====== Given data ======

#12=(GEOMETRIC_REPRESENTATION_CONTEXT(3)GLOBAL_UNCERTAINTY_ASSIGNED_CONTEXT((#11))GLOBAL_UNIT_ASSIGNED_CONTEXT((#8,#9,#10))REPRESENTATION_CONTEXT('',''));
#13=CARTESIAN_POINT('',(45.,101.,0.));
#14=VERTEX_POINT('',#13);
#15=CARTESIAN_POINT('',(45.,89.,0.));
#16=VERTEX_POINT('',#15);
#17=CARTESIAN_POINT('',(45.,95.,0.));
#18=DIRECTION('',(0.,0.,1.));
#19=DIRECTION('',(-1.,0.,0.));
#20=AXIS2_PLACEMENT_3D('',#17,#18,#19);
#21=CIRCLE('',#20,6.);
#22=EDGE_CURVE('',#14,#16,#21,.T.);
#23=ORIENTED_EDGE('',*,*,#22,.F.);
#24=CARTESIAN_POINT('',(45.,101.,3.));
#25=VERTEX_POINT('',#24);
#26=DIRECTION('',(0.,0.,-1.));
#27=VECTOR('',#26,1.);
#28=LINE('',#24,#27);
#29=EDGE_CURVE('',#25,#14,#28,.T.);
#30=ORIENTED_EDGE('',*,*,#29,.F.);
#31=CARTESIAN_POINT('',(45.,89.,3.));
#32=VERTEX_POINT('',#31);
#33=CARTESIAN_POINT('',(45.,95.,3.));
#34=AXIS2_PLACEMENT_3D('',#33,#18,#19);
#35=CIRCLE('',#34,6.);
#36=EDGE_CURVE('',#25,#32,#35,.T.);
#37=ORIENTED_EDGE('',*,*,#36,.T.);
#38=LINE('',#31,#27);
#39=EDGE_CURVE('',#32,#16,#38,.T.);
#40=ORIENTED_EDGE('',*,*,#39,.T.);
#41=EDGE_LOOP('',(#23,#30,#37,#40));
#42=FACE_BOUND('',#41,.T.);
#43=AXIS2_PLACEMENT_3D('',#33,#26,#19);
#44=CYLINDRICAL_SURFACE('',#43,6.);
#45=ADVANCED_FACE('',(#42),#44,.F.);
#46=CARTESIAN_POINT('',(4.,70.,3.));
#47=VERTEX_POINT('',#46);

======

Within the material above, output exactly the lines from the one with "#27=VECTOR('',#26,1.);" through the one with "#39=EDGE_CURVE('',#32,#16,#38,.T.);", end lines included, and nothing besides.

#27=VECTOR('',#26,1.);
#28=LINE('',#24,#27);
#29=EDGE_CURVE('',#25,#14,#28,.T.);
#30=ORIENTED_EDGE('',*,*,#29,.F.);
#31=CARTESIAN_POINT('',(45.,89.,3.));
#32=VERTEX_POINT('',#31);
#33=CARTESIAN_POINT('',(45.,95.,3.));
#34=AXIS2_PLACEMENT_3D('',#33,#18,#19);
#35=CIRCLE('',#34,6.);
#36=EDGE_CURVE('',#25,#32,#35,.T.);
#37=ORIENTED_EDGE('',*,*,#36,.T.);
#38=LINE('',#31,#27);
#39=EDGE_CURVE('',#32,#16,#38,.T.);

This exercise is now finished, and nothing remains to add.